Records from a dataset
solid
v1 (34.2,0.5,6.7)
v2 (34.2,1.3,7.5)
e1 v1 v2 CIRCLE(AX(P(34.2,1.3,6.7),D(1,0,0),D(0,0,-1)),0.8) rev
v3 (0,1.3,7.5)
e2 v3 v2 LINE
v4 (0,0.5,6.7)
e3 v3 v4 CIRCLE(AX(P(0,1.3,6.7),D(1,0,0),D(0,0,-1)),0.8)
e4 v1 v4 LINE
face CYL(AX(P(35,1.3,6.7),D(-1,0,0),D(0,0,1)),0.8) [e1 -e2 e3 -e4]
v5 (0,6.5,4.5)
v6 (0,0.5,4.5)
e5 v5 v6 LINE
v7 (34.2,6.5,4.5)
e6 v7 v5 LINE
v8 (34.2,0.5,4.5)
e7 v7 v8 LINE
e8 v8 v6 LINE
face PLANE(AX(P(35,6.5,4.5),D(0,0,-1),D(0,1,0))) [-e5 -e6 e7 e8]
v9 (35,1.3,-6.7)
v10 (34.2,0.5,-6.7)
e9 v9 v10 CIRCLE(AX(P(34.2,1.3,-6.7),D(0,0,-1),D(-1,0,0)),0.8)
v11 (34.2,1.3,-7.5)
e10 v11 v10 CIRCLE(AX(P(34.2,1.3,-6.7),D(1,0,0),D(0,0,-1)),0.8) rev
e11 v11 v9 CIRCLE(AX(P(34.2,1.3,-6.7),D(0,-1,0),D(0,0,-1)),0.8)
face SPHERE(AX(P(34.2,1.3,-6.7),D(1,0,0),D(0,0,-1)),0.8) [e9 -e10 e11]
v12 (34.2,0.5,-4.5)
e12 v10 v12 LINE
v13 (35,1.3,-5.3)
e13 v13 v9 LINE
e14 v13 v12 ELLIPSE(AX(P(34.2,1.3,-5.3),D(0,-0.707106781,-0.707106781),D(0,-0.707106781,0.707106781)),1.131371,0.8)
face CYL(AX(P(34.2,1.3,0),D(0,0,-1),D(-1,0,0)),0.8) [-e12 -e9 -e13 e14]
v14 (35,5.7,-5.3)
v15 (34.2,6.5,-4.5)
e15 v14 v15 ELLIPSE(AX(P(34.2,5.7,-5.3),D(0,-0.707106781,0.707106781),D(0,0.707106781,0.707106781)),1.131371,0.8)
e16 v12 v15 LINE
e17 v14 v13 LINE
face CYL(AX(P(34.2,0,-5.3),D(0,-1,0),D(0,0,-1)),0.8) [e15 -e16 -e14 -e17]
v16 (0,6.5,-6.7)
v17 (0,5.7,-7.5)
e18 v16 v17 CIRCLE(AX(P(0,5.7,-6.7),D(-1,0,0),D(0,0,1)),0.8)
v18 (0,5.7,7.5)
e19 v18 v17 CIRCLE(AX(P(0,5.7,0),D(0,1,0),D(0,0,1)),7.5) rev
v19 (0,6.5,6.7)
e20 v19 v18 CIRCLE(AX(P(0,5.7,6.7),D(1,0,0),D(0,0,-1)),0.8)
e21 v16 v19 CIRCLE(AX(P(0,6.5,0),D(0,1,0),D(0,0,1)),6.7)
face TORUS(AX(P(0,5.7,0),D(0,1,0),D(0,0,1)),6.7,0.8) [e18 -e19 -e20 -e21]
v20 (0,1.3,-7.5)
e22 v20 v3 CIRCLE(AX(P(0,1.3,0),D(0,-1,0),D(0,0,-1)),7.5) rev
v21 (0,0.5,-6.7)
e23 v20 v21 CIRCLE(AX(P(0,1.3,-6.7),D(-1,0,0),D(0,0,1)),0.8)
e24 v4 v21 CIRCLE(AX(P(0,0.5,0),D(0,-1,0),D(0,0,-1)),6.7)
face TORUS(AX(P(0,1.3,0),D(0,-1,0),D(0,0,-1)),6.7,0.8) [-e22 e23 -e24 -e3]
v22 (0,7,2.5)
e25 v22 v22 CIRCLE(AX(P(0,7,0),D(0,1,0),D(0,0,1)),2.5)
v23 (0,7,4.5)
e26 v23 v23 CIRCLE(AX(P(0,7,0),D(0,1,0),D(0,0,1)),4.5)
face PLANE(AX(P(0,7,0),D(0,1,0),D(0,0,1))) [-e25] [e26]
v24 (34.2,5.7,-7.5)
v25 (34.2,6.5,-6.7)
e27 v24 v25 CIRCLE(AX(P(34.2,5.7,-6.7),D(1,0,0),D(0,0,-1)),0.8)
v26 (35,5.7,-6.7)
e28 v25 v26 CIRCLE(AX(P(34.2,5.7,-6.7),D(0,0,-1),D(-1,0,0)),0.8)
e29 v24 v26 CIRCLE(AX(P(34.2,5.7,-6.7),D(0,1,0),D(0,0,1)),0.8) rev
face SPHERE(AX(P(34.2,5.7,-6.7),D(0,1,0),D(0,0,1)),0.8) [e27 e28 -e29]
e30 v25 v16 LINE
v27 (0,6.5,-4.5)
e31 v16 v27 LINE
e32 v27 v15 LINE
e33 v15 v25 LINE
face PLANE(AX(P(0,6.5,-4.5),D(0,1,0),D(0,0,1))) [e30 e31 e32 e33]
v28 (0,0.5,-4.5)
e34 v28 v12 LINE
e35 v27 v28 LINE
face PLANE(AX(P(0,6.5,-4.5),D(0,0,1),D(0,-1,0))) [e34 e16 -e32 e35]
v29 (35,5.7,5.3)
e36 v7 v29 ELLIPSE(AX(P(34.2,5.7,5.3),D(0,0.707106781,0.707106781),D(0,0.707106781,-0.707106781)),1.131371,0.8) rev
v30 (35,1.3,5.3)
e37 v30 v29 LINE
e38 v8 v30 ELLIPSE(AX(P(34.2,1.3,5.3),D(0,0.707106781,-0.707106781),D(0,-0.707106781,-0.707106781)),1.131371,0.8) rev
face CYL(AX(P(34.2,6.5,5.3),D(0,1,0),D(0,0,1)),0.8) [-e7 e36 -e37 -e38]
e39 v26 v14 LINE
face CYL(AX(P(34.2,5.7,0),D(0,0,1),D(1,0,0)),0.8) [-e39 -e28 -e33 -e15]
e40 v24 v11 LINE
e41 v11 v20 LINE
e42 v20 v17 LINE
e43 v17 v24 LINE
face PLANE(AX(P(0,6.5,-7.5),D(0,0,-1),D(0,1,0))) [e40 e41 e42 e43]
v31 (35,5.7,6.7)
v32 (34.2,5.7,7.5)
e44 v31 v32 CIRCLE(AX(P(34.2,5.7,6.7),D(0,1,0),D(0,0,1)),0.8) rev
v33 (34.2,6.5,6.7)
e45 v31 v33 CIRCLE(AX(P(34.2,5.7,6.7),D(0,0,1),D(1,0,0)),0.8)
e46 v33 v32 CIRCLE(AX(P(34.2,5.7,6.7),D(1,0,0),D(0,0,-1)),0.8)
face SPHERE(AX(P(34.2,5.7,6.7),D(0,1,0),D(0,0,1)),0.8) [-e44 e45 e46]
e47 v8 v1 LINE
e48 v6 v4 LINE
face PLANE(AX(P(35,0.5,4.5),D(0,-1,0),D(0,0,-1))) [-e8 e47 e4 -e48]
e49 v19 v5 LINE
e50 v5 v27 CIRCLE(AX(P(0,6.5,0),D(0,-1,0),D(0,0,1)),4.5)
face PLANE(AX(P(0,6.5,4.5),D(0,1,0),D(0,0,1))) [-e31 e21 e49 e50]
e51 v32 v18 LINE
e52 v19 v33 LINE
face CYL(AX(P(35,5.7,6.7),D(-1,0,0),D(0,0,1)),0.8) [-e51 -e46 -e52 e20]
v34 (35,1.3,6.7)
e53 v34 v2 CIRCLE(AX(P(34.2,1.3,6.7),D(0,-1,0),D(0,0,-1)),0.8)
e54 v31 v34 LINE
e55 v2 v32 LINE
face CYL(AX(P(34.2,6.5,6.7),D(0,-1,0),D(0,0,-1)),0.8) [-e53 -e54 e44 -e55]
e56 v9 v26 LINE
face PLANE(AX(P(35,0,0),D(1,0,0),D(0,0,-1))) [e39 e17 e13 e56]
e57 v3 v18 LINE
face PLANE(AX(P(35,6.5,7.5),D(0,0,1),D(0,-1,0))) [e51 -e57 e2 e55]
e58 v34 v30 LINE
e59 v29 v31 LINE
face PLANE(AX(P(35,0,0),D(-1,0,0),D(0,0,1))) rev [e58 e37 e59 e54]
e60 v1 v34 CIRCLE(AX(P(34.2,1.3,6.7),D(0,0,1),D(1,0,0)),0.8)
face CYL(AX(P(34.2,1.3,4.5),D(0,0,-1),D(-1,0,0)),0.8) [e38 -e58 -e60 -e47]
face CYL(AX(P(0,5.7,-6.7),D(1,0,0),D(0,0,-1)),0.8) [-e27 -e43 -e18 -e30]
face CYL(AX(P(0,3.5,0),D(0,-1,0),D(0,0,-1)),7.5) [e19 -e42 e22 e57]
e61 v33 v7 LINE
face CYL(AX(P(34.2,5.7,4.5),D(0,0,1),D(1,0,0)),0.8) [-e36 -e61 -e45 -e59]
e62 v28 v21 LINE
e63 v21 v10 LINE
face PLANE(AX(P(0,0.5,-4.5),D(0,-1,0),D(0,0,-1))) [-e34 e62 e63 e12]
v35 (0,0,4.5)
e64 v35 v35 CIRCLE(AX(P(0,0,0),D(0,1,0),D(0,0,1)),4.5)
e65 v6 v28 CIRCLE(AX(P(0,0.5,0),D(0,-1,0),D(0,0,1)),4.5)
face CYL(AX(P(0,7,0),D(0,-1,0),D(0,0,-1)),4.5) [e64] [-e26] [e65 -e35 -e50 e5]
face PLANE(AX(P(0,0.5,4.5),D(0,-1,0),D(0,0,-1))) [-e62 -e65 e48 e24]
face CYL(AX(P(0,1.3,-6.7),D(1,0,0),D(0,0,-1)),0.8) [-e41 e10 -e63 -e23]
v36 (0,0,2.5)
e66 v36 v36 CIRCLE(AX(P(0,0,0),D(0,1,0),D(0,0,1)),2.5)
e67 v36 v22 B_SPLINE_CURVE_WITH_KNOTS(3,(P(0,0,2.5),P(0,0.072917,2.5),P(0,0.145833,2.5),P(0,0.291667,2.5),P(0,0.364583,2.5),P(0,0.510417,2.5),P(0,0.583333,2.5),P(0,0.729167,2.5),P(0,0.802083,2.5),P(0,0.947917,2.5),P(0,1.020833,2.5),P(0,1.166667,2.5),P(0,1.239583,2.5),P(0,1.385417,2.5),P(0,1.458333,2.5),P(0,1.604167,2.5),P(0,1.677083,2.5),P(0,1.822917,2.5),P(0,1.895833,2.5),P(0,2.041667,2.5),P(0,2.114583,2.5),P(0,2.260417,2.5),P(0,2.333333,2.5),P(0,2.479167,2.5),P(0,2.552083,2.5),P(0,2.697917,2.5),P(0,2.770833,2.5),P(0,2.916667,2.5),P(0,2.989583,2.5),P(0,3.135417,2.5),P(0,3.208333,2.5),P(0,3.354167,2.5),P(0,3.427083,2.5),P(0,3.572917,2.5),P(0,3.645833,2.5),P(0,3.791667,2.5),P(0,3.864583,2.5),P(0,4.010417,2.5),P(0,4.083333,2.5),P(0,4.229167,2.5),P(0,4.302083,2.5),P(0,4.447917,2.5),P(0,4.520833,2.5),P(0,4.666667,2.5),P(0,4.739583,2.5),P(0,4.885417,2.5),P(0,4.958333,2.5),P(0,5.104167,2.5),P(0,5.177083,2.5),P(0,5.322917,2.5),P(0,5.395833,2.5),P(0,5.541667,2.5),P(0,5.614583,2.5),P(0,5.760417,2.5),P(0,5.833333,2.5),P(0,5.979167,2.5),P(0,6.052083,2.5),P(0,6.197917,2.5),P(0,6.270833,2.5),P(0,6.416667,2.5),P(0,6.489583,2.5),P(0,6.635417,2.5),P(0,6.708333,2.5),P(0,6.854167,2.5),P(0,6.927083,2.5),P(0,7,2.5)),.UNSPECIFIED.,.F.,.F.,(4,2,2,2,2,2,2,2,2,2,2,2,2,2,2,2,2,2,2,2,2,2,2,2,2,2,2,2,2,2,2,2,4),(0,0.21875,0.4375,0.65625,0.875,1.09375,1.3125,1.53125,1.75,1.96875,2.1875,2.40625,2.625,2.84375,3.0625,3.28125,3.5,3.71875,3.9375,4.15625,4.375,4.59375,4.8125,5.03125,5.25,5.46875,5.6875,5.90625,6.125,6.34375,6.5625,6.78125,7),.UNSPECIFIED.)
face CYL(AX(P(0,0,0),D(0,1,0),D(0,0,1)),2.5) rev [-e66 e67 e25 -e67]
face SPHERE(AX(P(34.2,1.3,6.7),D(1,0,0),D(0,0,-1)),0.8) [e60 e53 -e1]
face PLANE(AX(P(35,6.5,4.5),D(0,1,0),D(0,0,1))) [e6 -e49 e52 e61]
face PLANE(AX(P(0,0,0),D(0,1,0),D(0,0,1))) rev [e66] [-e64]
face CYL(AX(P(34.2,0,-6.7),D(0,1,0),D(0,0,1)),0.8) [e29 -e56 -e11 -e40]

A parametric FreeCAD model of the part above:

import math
import FreeCAD as App
import Part
import Sketcher

V = App.Vector


def edges_at(feature, points):
    """Names of the edges that pass closest to the given points."""
    edges = feature.Shape.Edges
    near = lambda p: min(range(len(edges)), key=lambda i: edges[i].distToShape(Part.Vertex(*p))[0])
    return sorted({f"Edge{near(p) + 1}" for p in points})

doc = App.newDocument("Part")
body = doc.addObject("PartDesign::Body", "Body")

# Sketch on XZ plane
sketch1 = body.newObject("Sketcher::SketchObject", "Sketch")
sketch1.AttachmentSupport = (doc.getObject("XZ_Plane"), [""])
sketch1.MapMode = "FlatFace"
sketch1.addGeometry(Part.Circle(V(0, 0, 0), V(0, 0, 1), 4.5), False)
sketch1.addConstraint([
    Sketcher.Constraint("Coincident", 0, 3, -1, 1),
    Sketcher.Constraint("Diameter", 0, 9.0),
])
pad1 = body.newObject("PartDesign::Pad", "Pad")
pad1.Profile = sketch1
pad1.Length = 7
pad1.Reversed = True

# Sketch on XZ plane
sketch2 = body.newObject("Sketcher::SketchObject", "Sketch001")
sketch2.AttachmentSupport = (doc.getObject("XZ_Plane"), [""])
sketch2.MapMode = "FlatFace"
sketch2.AttachmentOffset = App.Placement(V(0, 0, -7), App.Rotation())
sketch2.addGeometry(Part.Circle(V(0, 0, 0), V(0, 0, 1), 2.5), False)
sketch2.addConstraint([
    Sketcher.Constraint("Coincident", 0, 3, -1, 1),
    Sketcher.Constraint("Diameter", 0, 5.0),
])
pocket1 = body.newObject("PartDesign::Pocket", "Pocket")
pocket1.Profile = sketch2
pocket1.Type = "ThroughAll"
pocket1.Reversed = True

# Sketch on YZ plane
sketch3 = body.newObject("Sketcher::SketchObject", "Sketch002")
sketch3.AttachmentSupport = (doc.getObject("YZ_Plane"), [""])
sketch3.MapMode = "FlatFace"
sketch3.AttachmentOffset = App.Placement(V(0, 0, 35), App.Rotation())
sketch3.addGeometry([
    Part.LineSegment(V(6.5, -4.5, 0), V(0.5, -4.5, 0)),
    Part.LineSegment(V(0.5, -4.5, 0), V(0.5, -7.5, 0)),
    Part.LineSegment(V(0.5, -7.5, 0), V(6.5, -7.5, 0)),
    Part.LineSegment(V(6.5, -7.5, 0), V(6.5, -4.5, 0)),
], False)
sketch3.addConstraint([
    Sketcher.Constraint("Coincident", 0, 2, 1, 1),
    Sketcher.Constraint("Coincident", 1, 2, 2, 1),
    Sketcher.Constraint("Coincident", 2, 2, 3, 1),
    Sketcher.Constraint("Coincident", 3, 2, 0, 1),
    Sketcher.Constraint("Horizontal", 0),
    Sketcher.Constraint("Vertical", 1),
    Sketcher.Constraint("Horizontal", 2),
    Sketcher.Constraint("Vertical", 3),
    Sketcher.Constraint("DistanceX", 0, 2, 0, 1, 6.0),
    Sketcher.Constraint("DistanceY", 1, 2, 1, 1, 3.0),
    Sketcher.Constraint("DistanceX", -1, 1, 0, 2, 0.5),
    Sketcher.Constraint("DistanceY", 0, 2, -1, 1, 4.5),
])

# Sketch on XZ plane
sketch4 = body.newObject("Sketcher::SketchObject", "Sketch003")
sketch4.AttachmentSupport = (doc.getObject("XZ_Plane"), [""])
sketch4.MapMode = "FlatFace"
sketch4.AttachmentOffset = App.Placement(V(0, 0, -3.5), App.Rotation())
sketch4.addGeometry([
    Part.LineSegment(V(35, -6, 0), V(0, -6, 0)),
    Part.ArcOfCircle(Part.Circle(V(0, 0, 0), V(0, 0, 1), 6), math.radians(90), math.radians(270)),
    Part.LineSegment(V(0, 6, 0), V(35, 6, 0)),
], False)
sketch4.addConstraint([
    Sketcher.Constraint("Tangent", 0, 2, 1, 2),
    Sketcher.Constraint("Tangent", 1, 1, 2, 1),
    Sketcher.Constraint("Horizontal", 0),
    Sketcher.Constraint("Horizontal", 2),
    Sketcher.Constraint("Coincident", 1, 3, -1, 1),
    Sketcher.Constraint("Vertical", 0, 1, 2, 2),
    Sketcher.Constraint("Radius", 1, 6.0),
    Sketcher.Constraint("DistanceX", 0, 2, 0, 1, 35.0),
])
doc.recompute()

• [Task brief]
Output the lines above exactly, but only those between the line holding "v28 (0,0.5,-4.5)" and the line holding "e48 v6 v4 LINE", inclusive.

• [Solution below]
v28 (0,0.5,-4.5)
e34 v28 v12 LINE
e35 v27 v28 LINE
face PLANE(AX(P(0,6.5,-4.5),D(0,0,1),D(0,-1,0))) [e34 e16 -e32 e35]
v29 (35,5.7,5.3)
e36 v7 v29 ELLIPSE(AX(P(34.2,5.7,5.3),D(0,0.707106781,0.707106781),D(0,0.707106781,-0.707106781)),1.131371,0.8) rev
v30 (35,1.3,5.3)
e37 v30 v29 LINE
e38 v8 v30 ELLIPSE(AX(P(34.2,1.3,5.3),D(0,0.707106781,-0.707106781),D(0,-0.707106781,-0.707106781)),1.131371,0.8) rev
face CYL(AX(P(34.2,6.5,5.3),D(0,1,0),D(0,0,1)),0.8) [-e7 e36 -e37 -e38]
e39 v26 v14 LINE
face CYL(AX(P(34.2,5.7,0),D(0,0,1),D(1,0,0)),0.8) [-e39 -e28 -e33 -e15]
e40 v24 v11 LINE
e41 v11 v20 LINE
e42 v20 v17 LINE
e43 v17 v24 LINE
face PLANE(AX(P(0,6.5,-7.5),D(0,0,-1),D(0,1,0))) [e40 e41 e42 e43]
v31 (35,5.7,6.7)
v32 (34.2,5.7,7.5)
e44 v31 v32 CIRCLE(AX(P(34.2,5.7,6.7),D(0,1,0),D(0,0,1)),0.8) rev
v33 (34.2,6.5,6.7)
e45 v31 v33 CIRCLE(AX(P(34.2,5.7,6.7),D(0,0,1),D(1,0,0)),0.8)
e46 v33 v32 CIRCLE(AX(P(34.2,5.7,6.7),D(1,0,0),D(0,0,-1)),0.8)
face SPHERE(AX(P(34.2,5.7,6.7),D(0,1,0),D(0,0,1)),0.8) [-e44 e45 e46]
e47 v8 v1 LINE
e48 v6 v4 LINE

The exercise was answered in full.